La captivité affecte la reproduction des rhinocéros blancs

Les rhinocéros blancs captifs n'ont généralement pas trop de difficultés pour s'habituer à leur nourriture. Mais leur taux de reproduction stagne, mettant en danger leur renouvellement.

Parmi les femelles du programme EEP (Europäisches Erhaltungszucht Programm), qui regroupe la majeure partie des établissements zoologiques en Europe, 60 % sont acycliques. De nombreux problèmes de gestation sont constatés et les kystes utérins ou ovariens, facteurs d'infertilité, sont fréquents. Plusieurs protocoles sont testés pour résoudre ces difficultés, allant de l'administration de progestogènes jusqu'à l'insémination artificielle (qui n'a pas donné jusqu'à présent les résultats escomptés, même si l'obtention par électro-éjaculation de la semence des mâles devient une technique rodée).

Les rhinocéros mâles souffrent aussi d'infertilité. 81 % de ceux qui relèvent du programme américain SSP (Species Survival Program) n'ont pas produit de descendance.

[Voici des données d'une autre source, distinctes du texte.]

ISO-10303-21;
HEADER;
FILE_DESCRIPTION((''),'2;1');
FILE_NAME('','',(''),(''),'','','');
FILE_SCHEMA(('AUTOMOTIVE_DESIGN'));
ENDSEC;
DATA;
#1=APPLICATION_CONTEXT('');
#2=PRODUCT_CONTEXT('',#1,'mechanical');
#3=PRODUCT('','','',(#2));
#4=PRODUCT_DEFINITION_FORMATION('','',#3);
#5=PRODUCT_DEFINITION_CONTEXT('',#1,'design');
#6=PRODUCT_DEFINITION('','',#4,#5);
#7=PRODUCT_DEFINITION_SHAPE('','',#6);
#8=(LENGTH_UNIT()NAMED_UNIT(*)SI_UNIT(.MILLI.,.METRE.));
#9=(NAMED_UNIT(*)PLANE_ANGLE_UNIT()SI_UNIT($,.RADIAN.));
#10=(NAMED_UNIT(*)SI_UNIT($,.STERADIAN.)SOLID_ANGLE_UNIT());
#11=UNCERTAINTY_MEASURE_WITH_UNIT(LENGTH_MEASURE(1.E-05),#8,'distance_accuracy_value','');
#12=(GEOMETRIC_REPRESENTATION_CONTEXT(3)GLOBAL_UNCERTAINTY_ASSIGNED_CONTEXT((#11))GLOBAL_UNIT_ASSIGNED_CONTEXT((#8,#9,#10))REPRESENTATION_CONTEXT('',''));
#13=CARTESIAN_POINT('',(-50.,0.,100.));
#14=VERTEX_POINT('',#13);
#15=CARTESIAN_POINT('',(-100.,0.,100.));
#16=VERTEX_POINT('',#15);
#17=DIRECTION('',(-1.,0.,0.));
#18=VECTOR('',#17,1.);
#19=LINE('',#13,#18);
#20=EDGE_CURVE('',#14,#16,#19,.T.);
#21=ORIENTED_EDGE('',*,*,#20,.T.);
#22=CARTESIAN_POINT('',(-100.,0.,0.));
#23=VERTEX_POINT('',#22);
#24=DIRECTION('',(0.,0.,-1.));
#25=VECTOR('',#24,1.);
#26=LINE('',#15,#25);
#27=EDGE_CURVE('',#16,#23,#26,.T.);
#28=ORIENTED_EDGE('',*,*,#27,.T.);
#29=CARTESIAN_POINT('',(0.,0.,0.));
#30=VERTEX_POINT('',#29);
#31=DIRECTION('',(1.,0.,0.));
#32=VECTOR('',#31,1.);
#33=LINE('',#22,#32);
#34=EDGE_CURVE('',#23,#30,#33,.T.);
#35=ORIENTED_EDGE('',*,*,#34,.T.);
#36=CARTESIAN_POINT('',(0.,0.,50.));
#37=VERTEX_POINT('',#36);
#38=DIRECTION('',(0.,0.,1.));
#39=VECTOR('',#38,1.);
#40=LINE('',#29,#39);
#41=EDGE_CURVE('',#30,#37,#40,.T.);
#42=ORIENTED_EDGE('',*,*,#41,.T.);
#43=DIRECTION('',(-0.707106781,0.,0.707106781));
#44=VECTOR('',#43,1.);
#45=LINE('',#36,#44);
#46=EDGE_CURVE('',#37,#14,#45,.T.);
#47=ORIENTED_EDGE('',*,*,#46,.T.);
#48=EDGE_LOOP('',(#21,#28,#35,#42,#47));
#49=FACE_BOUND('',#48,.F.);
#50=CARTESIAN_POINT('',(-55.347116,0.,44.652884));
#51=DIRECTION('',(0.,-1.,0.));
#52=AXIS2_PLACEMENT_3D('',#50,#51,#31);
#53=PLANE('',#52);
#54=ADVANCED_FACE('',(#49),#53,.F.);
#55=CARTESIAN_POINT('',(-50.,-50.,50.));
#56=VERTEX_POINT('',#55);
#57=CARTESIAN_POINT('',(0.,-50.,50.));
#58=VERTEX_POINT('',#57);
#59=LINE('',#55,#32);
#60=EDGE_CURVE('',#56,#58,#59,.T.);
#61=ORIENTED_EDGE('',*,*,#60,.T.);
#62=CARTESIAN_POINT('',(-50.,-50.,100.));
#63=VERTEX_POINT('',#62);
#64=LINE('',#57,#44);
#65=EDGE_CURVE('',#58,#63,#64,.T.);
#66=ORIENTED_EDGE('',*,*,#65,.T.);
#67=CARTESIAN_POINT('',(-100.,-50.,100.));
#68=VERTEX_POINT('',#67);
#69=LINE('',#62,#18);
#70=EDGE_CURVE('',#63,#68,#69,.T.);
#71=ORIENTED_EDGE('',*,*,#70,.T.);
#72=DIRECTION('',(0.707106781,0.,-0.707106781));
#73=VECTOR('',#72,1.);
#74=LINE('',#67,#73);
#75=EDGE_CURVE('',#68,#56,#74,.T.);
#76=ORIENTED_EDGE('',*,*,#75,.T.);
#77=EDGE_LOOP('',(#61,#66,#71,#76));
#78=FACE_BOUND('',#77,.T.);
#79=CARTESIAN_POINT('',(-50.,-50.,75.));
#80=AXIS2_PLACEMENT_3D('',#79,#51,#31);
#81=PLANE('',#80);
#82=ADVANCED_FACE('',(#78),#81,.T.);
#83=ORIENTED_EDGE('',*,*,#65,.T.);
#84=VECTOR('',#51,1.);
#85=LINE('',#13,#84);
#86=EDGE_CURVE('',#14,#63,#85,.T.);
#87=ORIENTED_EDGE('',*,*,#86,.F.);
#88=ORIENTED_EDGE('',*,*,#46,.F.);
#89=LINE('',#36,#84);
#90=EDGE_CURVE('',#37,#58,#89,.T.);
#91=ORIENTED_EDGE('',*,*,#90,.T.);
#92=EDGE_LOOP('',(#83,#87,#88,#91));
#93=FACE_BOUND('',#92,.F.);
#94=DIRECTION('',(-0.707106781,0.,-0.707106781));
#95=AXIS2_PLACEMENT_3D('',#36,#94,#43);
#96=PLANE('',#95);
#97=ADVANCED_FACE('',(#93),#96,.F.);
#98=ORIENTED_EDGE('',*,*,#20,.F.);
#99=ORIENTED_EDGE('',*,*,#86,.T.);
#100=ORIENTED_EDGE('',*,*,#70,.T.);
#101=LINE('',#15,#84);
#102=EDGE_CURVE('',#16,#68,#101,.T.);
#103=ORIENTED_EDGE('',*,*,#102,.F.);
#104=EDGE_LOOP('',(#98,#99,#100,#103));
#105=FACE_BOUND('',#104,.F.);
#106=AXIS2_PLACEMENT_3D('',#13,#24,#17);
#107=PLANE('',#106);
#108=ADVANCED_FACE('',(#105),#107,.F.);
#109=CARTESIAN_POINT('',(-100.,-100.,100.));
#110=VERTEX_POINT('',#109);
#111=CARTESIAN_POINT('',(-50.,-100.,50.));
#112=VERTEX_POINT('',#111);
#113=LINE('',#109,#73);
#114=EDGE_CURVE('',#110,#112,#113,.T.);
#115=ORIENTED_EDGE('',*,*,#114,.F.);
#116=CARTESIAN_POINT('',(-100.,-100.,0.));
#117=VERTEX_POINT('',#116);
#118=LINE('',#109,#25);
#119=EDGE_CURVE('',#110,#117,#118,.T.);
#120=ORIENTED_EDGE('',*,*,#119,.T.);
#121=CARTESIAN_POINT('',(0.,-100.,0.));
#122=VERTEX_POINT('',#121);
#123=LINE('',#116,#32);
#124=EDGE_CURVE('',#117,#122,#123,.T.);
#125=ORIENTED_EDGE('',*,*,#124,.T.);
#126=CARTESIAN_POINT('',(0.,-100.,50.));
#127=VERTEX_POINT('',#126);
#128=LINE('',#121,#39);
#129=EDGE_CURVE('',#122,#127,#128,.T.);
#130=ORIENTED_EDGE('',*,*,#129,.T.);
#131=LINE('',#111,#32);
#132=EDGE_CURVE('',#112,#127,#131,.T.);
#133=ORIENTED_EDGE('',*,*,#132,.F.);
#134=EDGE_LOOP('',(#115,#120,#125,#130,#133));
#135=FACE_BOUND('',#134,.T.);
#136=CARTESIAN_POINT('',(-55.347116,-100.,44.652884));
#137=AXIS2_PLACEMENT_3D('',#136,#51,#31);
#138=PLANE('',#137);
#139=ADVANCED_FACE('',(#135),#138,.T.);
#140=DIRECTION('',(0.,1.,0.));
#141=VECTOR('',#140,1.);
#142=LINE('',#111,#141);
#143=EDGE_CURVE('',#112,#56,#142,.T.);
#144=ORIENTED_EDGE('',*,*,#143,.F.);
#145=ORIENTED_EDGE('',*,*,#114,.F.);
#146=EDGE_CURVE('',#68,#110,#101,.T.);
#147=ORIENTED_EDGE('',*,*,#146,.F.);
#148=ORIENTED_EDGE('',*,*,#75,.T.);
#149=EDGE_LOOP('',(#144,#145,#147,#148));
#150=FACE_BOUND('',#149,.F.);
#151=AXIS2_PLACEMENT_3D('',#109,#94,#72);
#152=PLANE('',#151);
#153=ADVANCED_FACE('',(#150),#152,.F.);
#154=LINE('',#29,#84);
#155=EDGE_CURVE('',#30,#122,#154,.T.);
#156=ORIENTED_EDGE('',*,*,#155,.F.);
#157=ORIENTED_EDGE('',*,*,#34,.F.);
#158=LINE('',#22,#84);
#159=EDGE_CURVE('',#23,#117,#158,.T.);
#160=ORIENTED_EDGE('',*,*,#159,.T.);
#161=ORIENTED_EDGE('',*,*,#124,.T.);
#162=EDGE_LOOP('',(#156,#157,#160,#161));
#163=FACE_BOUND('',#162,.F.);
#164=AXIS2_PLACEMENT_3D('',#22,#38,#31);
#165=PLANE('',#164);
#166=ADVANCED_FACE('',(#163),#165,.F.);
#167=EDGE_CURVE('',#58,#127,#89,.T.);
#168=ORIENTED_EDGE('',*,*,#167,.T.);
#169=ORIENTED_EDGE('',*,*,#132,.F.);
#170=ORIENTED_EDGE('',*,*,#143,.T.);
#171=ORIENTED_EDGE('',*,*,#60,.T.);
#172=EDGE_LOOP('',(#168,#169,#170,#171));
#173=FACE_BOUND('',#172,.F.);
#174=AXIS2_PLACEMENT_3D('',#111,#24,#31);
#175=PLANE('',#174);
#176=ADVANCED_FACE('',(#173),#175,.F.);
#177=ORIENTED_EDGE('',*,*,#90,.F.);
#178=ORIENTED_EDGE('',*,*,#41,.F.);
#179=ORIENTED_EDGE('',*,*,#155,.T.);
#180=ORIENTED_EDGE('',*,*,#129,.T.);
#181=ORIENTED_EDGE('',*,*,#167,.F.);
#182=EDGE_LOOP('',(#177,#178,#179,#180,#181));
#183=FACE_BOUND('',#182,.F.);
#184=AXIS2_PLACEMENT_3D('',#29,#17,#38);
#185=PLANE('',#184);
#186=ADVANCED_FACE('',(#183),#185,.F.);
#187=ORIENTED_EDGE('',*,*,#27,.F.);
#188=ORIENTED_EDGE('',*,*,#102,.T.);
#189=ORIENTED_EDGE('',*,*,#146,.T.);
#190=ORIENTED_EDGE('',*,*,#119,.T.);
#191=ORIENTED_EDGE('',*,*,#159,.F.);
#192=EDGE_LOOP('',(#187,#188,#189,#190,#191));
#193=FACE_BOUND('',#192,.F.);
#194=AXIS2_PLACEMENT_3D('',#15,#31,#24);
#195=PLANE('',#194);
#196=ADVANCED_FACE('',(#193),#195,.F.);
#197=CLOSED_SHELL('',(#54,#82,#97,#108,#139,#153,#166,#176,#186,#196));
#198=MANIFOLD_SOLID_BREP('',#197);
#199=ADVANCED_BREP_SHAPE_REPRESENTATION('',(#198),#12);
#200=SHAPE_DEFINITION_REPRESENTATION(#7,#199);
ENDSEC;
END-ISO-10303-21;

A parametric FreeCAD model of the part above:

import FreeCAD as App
import Part
import Sketcher

V = App.Vector
Q = App.Units.Quantity

doc = App.newDocument("Part")
params = doc.addObject("Spreadsheet::Sheet", "Params")
for row, (alias, value) in enumerate([
    ("sketch1_width", "100 mm"),
    ("sketch1_width2", "50 mm"),
    ("pad1_length", "100 mm"),
    ("sketch2_width", "50 mm"),
    ("pocket1_length", "50 mm"),
], start=1):
    params.set(f"A{row}", alias)
    params.set(f"B{row}", "=" + value)
    params.setAlias(f"B{row}", alias)

body = doc.addObject("PartDesign::Body", "Body")

# Sketch on XZ plane
sketch1 = body.newObject("Sketcher::SketchObject", "Sketch")
sketch1.AttachmentSupport = (doc.getObject("XZ_Plane"), [""])
sketch1.MapMode = "FlatFace"
sketch1.addGeometry([
    Part.LineSegment(V(-100, 0, 0), V(0, 0, 0)),  # 0
    Part.LineSegment(V(0, 0, 0), V(0, 50, 0)),  # 1
    Part.LineSegment(V(0, 50, 0), V(-50, 100, 0)),  # 2
    Part.LineSegment(V(-50, 100, 0), V(-100, 100, 0)),  # 3
    Part.LineSegment(V(-100, 100, 0), V(-100, 0, 0)),  # 4
], False)
sketch1.addConstraint([
    Sketcher.Constraint("Coincident", 0, 2, 1, 1),
    Sketcher.Constraint("Coincident", 1, 2, 2, 1),
    Sketcher.Constraint("Coincident", 2, 2, 3, 1),
    Sketcher.Constraint("Coincident", 3, 2, 4, 1),
    Sketcher.Constraint("Coincident", 4, 2, 0, 1),
    Sketcher.Constraint("Horizontal", 0),
    Sketcher.Constraint("Vertical", 1),
    Sketcher.Constraint("Horizontal", 3),
    Sketcher.Constraint("Vertical", 4),
    Sketcher.Constraint("Coincident", 0, 2, -1, 1),
    Sketcher.Constraint("Equal", 3, 1),
    Sketcher.Constraint("Equal", 0, 4),
    Sketcher.Constraint("DistanceX", 0, 1, 0, 2, 100.0),
    Sketcher.Constraint("DistanceX", 3, 2, 3, 1, 50.0),
])
sketch1.setExpression("Constraints[12]", "Params.sketch1_width")
sketch1.setExpression("Constraints[13]", "Params.sketch1_width2")
pad1 = body.newObject("PartDesign::Pad", "Pad")
pad1.Profile = sketch1
pad1.setExpression("Length", "Params.pad1_length")

# Sketch on XZ plane
sketch2 = body.newObject("Sketcher::SketchObject", "Sketch001")
sketch2.AttachmentSupport = (doc.getObject("XZ_Plane"), [""])
sketch2.MapMode = "FlatFace"
sketch2.AttachmentOffset = App.Placement(V(0, 0, 100), App.Rotation())
sketch2.addGeometry([
    Part.LineSegment(V(-50, 50, 0), V(0, 50, 0)),
    Part.LineSegment(V(0, 50, 0), V(-50, 100, 0)),
    Part.LineSegment(V(-50, 100, 0), V(-100, 100, 0)),
    Part.LineSegment(V(-100, 100, 0), V(-50, 50, 0)),
], False)
sketch2.addConstraint([
    Sketcher.Constraint("Coincident", 0, 2, 1, 1),
    Sketcher.Constraint("Coincident", 1, 2, 2, 1),
    Sketcher.Constraint("Coincident", 2, 2, 3, 1),
    Sketcher.Constraint("Coincident", 3, 2, 0, 1),
    Sketcher.Constraint("Horizontal", 0),
    Sketcher.Constraint("Horizontal", 2),
    Sketcher.Constraint("PointOnObject", 0, 2, -2),
    Sketcher.Constraint("Parallel", 1, 3),
    Sketcher.Constraint("Vertical", 1, 2, 3, 2),
    Sketcher.Constraint("DistanceX", 0, 1, 0, 2, 50.0),
    Sketcher.Constraint("Angle", 1, Q("135 deg")),
    Sketcher.Constraint("DistanceY", -1, 1, 0, 2, 50.0),
])
sketch2.setExpression("Constraints[9]", "Params.sketch2_width")
pocket1 = body.newObject("PartDesign::Pocket", "Pocket")
pocket1.Profile = sketch2
pocket1.setExpression("Length", "Params.pocket1_length")

doc.recompute()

Une étude conduite chez dix-neuf rhinocéros blancs européens et américains montre que 52 % d'entre eux seulement ont une semence de haute qualité (taux important de spermatozoïdes).

Comme pour les rhinocéros noirs, de fortes concentrations de corticoïdes fécaux, dénotant le stress, ont été enregistrées chez des femelles rhinocéros blancs captives acycliques et chez des femelles présentant des comportements olfactifs inhibés ou de déambulation stéréotypée.

Lorsque les deux sexes cohabitent, les règles sociales sont perturbées

Les faibles performances des rhinocéros blancs pour la reproduction s'expliquent largement par des problématiques sociales. Dans la nature, les mâles se partagent entre dominants (alpha) et dominés (bêta). Seuls les premiers ont un territoire et peuvent couvrir les femelles. Ces dominants sont polygynes (et les femelles peuvent être parfois polyandres), ce qui signifie que plusieurs partenaires sont nécessaires à leur bonne reproduction. Les deux sexes ne se fréquentent (comme chez les autres espèces de rhinocéros) que le temps des amours. Mais en captivité, tout change… La dominance est bouleversée, les sex-ratios sont biaisés, la cohabitation entre sexes est la règle.

Dans la nature, les animaux sont informés sur leurs statuts respectifs (sexe, classe d'âge, état reproducteur en priorité) par l'urine, les fèces, les secrétions de différentes glandes, qu'ils déposent sur le sol et sur la végétation. Cela permet d'éviter ou au contraire de faciliter les rencontres. Confinés dans un zoo, les animaux sont en contact visuel, olfactif ou auditif en permanence, et doivent se supporter, au risque d'inhiber, voire d'exacerber une bonne part de leurs attitudes naturelles.

  • (1) HLA : human leukocyte antigen.